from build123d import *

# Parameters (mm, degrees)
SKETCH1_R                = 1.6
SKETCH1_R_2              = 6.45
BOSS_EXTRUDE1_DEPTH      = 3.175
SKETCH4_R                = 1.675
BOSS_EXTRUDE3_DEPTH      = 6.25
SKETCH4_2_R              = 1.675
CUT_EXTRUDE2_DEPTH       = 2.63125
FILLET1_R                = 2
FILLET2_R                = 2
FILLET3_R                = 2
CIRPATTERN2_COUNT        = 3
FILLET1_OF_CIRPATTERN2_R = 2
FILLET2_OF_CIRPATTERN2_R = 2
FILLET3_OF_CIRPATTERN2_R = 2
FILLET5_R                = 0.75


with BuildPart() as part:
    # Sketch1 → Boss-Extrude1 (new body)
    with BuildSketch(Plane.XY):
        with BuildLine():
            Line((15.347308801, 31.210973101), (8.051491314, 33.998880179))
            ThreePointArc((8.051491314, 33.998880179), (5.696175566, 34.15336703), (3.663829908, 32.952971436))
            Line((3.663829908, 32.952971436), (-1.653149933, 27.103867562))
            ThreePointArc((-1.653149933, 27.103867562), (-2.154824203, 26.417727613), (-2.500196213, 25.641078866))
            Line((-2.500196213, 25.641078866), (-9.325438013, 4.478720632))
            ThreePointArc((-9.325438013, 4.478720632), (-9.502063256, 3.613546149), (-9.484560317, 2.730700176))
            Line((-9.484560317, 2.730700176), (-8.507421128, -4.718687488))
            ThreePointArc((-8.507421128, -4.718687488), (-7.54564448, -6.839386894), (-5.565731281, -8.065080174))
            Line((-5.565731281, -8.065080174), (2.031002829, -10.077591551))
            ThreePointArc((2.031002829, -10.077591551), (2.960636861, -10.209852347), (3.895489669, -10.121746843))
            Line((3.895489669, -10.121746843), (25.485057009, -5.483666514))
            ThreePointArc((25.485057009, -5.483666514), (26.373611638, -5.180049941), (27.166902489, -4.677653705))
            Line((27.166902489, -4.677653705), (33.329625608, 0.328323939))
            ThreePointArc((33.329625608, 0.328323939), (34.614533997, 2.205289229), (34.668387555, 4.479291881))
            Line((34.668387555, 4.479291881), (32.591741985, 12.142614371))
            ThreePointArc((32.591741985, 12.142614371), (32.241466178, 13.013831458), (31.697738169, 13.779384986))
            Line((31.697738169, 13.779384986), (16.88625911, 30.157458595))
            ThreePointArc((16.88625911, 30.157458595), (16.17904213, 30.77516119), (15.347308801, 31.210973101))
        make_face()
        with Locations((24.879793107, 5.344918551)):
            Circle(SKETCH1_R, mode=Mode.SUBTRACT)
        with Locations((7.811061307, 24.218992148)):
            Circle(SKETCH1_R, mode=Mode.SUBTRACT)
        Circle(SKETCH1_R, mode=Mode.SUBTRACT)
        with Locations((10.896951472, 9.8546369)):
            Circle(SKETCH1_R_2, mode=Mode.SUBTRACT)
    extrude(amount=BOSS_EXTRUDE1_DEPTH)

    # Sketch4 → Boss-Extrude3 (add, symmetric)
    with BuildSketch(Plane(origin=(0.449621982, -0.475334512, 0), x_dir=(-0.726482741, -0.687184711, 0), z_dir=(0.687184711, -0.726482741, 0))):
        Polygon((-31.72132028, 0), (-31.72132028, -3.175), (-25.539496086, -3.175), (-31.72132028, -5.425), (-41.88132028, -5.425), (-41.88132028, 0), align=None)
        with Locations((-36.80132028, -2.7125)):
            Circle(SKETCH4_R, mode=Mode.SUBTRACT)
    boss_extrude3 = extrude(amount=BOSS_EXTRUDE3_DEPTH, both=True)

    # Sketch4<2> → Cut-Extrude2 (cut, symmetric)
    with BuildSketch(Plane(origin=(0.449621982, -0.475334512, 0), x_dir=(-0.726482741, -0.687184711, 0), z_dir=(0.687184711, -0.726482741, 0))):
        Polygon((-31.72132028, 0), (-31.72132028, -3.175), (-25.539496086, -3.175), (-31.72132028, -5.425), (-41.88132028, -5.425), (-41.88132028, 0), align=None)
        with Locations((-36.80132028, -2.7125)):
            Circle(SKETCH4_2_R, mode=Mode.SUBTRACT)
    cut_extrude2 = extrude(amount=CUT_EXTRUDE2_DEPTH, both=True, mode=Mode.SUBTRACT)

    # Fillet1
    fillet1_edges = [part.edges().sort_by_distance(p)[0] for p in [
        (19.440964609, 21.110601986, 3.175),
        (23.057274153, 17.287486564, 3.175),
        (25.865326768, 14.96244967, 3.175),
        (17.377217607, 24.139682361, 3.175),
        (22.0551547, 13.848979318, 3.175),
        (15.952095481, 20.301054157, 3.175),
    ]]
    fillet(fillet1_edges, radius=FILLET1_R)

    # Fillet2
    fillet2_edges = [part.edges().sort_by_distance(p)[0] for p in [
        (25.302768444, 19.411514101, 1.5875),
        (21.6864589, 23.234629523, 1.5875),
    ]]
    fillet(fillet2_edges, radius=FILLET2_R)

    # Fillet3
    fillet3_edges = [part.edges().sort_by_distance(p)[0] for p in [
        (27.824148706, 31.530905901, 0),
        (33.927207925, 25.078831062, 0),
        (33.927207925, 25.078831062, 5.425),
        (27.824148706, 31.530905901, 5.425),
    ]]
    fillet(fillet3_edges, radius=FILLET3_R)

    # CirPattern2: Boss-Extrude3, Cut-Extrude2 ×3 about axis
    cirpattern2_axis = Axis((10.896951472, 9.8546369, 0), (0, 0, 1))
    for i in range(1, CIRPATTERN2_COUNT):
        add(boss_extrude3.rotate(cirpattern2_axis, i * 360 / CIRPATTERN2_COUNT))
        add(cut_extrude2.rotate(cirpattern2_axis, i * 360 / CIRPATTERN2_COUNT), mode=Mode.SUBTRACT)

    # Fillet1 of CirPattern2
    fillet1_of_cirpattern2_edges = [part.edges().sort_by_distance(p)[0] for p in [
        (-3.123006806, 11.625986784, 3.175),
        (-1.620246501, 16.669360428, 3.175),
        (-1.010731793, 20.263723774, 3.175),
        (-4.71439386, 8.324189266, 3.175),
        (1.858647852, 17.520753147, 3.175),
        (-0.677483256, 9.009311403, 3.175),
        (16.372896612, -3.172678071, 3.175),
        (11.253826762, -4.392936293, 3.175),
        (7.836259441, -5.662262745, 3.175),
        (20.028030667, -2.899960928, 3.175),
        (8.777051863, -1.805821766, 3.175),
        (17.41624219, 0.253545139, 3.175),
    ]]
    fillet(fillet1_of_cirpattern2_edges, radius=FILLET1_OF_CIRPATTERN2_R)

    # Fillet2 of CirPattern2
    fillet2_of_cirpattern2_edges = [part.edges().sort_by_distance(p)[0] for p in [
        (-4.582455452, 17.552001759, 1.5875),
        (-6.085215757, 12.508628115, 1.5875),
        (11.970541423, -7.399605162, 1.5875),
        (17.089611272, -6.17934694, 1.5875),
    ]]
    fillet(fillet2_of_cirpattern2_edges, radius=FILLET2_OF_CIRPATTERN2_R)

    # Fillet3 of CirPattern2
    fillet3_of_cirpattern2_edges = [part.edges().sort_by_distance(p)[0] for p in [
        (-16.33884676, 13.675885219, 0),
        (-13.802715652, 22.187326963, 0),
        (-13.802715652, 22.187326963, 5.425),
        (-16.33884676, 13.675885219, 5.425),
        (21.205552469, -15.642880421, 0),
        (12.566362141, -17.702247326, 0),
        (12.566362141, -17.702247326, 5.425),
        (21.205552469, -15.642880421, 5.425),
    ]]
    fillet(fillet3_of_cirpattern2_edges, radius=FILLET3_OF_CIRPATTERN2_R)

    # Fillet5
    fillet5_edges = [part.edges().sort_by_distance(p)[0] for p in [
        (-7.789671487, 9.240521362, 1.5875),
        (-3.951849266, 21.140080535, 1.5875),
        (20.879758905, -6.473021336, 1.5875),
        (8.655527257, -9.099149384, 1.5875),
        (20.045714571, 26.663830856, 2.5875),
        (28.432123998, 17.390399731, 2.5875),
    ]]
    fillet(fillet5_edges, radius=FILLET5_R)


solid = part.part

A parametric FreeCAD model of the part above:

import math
import FreeCAD as App
import Part
import Sketcher
Q = App.Units.Quantity


def edges_at(feature, points):
    """Names of the edges that pass closest to the given points."""
    edges = feature.Shape.Edges
    near = lambda p: min(range(len(edges)), key=lambda i: edges[i].distToShape(Part.Vertex(*p))[0])
    return sorted({f"Edge{near(p) + 1}" for p in points})


def add_polygon(sketch, points):
    """Adds a closed chain of lines whose ends are joined by coincident constraints."""
    first, n = sketch.GeometryCount, len(points)
    for a, b in zip(points, points[1:] + points[:1]):
        sketch.addGeometry(Part.LineSegment(App.Vector(*a, 0), App.Vector(*b, 0)), False)
    for i in range(n):
        sketch.addConstraint(Sketcher.Constraint("Coincident", first + i, 2, first + (i + 1) % n, 1))

doc = App.newDocument("Part")
body = doc.addObject("PartDesign::Body", "Body")

# Sketch on XY plane
sketch1 = body.newObject("Sketcher::SketchObject", "Sketch")
sketch1.AttachmentSupport = (doc.getObject("XY_Plane"), [""])
sketch1.MapMode = "FlatFace"
sketch1.addGeometry(Part.LineSegment(App.Vector(15.347309, 31.210973, 0), App.Vector(8.051491, 33.99888, 0)), False)
sketch1.addGeometry(Part.ArcOfCircle(Part.Circle(App.Vector(6.623688, 30.262388, 0), App.Vector(0, 0, 1), 4), math.radians(69.086943), math.radians(137.728388)), False)
sketch1.addGeometry(Part.LineSegment(App.Vector(3.66383, 32.952971, 0), App.Vector(-1.65315, 27.103868, 0)), False)
sketch1.addGeometry(Part.ArcOfCircle(Part.Circle(App.Vector(1.306708, 24.413284, 0), App.Vector(0, 0, 1), 4), math.radians(137.728388), math.radians(162.124554)), False)
sketch1.addGeometry(Part.LineSegment(App.Vector(-2.500196, 25.641079, 0), App.Vector(-9.325438, 4.478721, 0)), False)
sketch1.addGeometry(Part.ArcOfCircle(Part.Circle(App.Vector(-5.518534, 3.250925, 0), App.Vector(0, 0, 1), 4), math.radians(162.124554), math.radians(187.472847)), False)
sketch1.addGeometry(Part.LineSegment(App.Vector(-9.48456, 2.7307, 0), App.Vector(-8.507421, -4.718687, 0)), False)
sketch1.addGeometry(Part.ArcOfCircle(Part.Circle(App.Vector(-4.541395, -4.198462, 0), App.Vector(0, 0, 1), 4), math.radians(-172.527153), math.radians(-104.837835)), False)
sketch1.addGeometry(Part.LineSegment(App.Vector(-5.565731, -8.06508, 0), App.Vector(2.031003, -10.077592, 0)), False)
sketch1.addGeometry(Part.ArcOfCircle(Part.Circle(App.Vector(3.055339, -6.210974, 0), App.Vector(0, 0, 1), 4), math.radians(-104.837835), math.radians(-77.875446)), False)
sketch1.addGeometry(Part.LineSegment(App.Vector(3.89549, -10.121747, 0), App.Vector(25.485057, -5.483667, 0)), False)
sketch1.addGeometry(Part.ArcOfCircle(Part.Circle(App.Vector(24.644907, -1.572893, 0), App.Vector(0, 0, 1), 4), math.radians(-77.875446), math.radians(-50.913057)), False)
sketch1.addGeometry(Part.LineSegment(App.Vector(27.166902, -4.677654, 0), App.Vector(33.329626, 0.328324, 0)), False)
sketch1.addGeometry(Part.ArcOfCircle(Part.Circle(App.Vector(30.80763, 3.433084, 0), App.Vector(0, 0, 1), 4), math.radians(-50.913057), math.radians(15.162165)), False)
sketch1.addGeometry(Part.LineSegment(App.Vector(34.668388, 4.479292, 0), App.Vector(32.591742, 12.142614, 0)), False)
sketch1.addGeometry(Part.ArcOfCircle(Part.Circle(App.Vector(28.730984, 11.096407, 0), App.Vector(0, 0, 1), 4), math.radians(15.162165), math.radians(42.124554)), False)
sketch1.addGeometry(Part.LineSegment(App.Vector(31.697738, 13.779385, 0), App.Vector(16.886259, 30.157459, 0)), False)
sketch1.addGeometry(Part.ArcOfCircle(Part.Circle(App.Vector(13.919505, 27.47448, 0), App.Vector(0, 0, 1), 4), math.radians(42.124554), math.radians(69.086943)), False)
sketch1.addGeometry(Part.Circle(App.Vector(0, 0, 0), App.Vector(0, 0, 1), 1.6), False)
sketch1.addGeometry(Part.Circle(App.Vector(10.896951, 9.854637, 0), App.Vector(0, 0, 1), 6.45), False)
sketch1.addGeometry(Part.Circle(App.Vector(24.879793, 5.344919, 0), App.Vector(0, 0, 1), 1.6), False)
sketch1.addGeometry(Part.Circle(App.Vector(7.811061, 24.218992, 0), App.Vector(0, 0, 1), 1.6), False)
sketch1.addConstraint(Sketcher.Constraint("Coincident", 0, 2, 1, 1))
sketch1.addConstraint(Sketcher.Constraint("Coincident", 1, 2, 2, 1))
sketch1.addConstraint(Sketcher.Constraint("Coincident", 2, 2, 3, 1))
sketch1.addConstraint(Sketcher.Constraint("Coincident", 3, 2, 4, 1))
sketch1.addConstraint(Sketcher.Constraint("Coincident", 4, 2, 5, 1))
sketch1.addConstraint(Sketcher.Constraint("Coincident", 5, 2, 6, 1))
sketch1.addConstraint(Sketcher.Constraint("Coincident", 6, 2, 7, 1))
sketch1.addConstraint(Sketcher.Constraint("Coincident", 7, 2, 8, 1))
sketch1.addConstraint(Sketcher.Constraint("Coincident", 8, 2, 9, 1))
sketch1.addConstraint(Sketcher.Constraint("Coincident", 9, 2, 10, 1))
sketch1.addConstraint(Sketcher.Constraint("Coincident", 10, 2, 11, 1))
sketch1.addConstraint(Sketcher.Constraint("Coincident", 11, 2, 12, 1))
sketch1.addConstraint(Sketcher.Constraint("Coincident", 12, 2, 13, 1))
sketch1.addConstraint(Sketcher.Constraint("Coincident", 13, 2, 14, 1))
sketch1.addConstraint(Sketcher.Constraint("Coincident", 14, 2, 15, 1))
sketch1.addConstraint(Sketcher.Constraint("Coincident", 15, 2, 16, 1))
sketch1.addConstraint(Sketcher.Constraint("Coincident", 16, 2, 17, 1))
sketch1.addConstraint(Sketcher.Constraint("Coincident", 17, 2, 0, 1))
sketch1.addConstraint(Sketcher.Constraint("Coincident", 18, 3, -1, 1))
sketch1.addConstraint(Sketcher.Constraint("Radius", 1, Q("4 mm")))
sketch1.addConstraint(Sketcher.Constraint("Radius", 3, Q("4 mm")))
sketch1.addConstraint(Sketcher.Constraint("Radius", 5, Q("4 mm")))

◆ ◆ ◆ ◆ ◆

- _Problem description_: Repeat, word for word, the lines above between the line holding "Line((-2.500196213, 25.641078866), (-9.325438013, 4.478720632))" and the line holding "Line((-9.484560317, 2.730700176), (-8.507421128, -4.718687488))", inclusive; omit everything else.

- _Expected answer_:
            Line((-2.500196213, 25.641078866), (-9.325438013, 4.478720632))
            ThreePointArc((-9.325438013, 4.478720632), (-9.502063256, 3.613546149), (-9.484560317, 2.730700176))
            Line((-9.484560317, 2.730700176), (-8.507421128, -4.718687488))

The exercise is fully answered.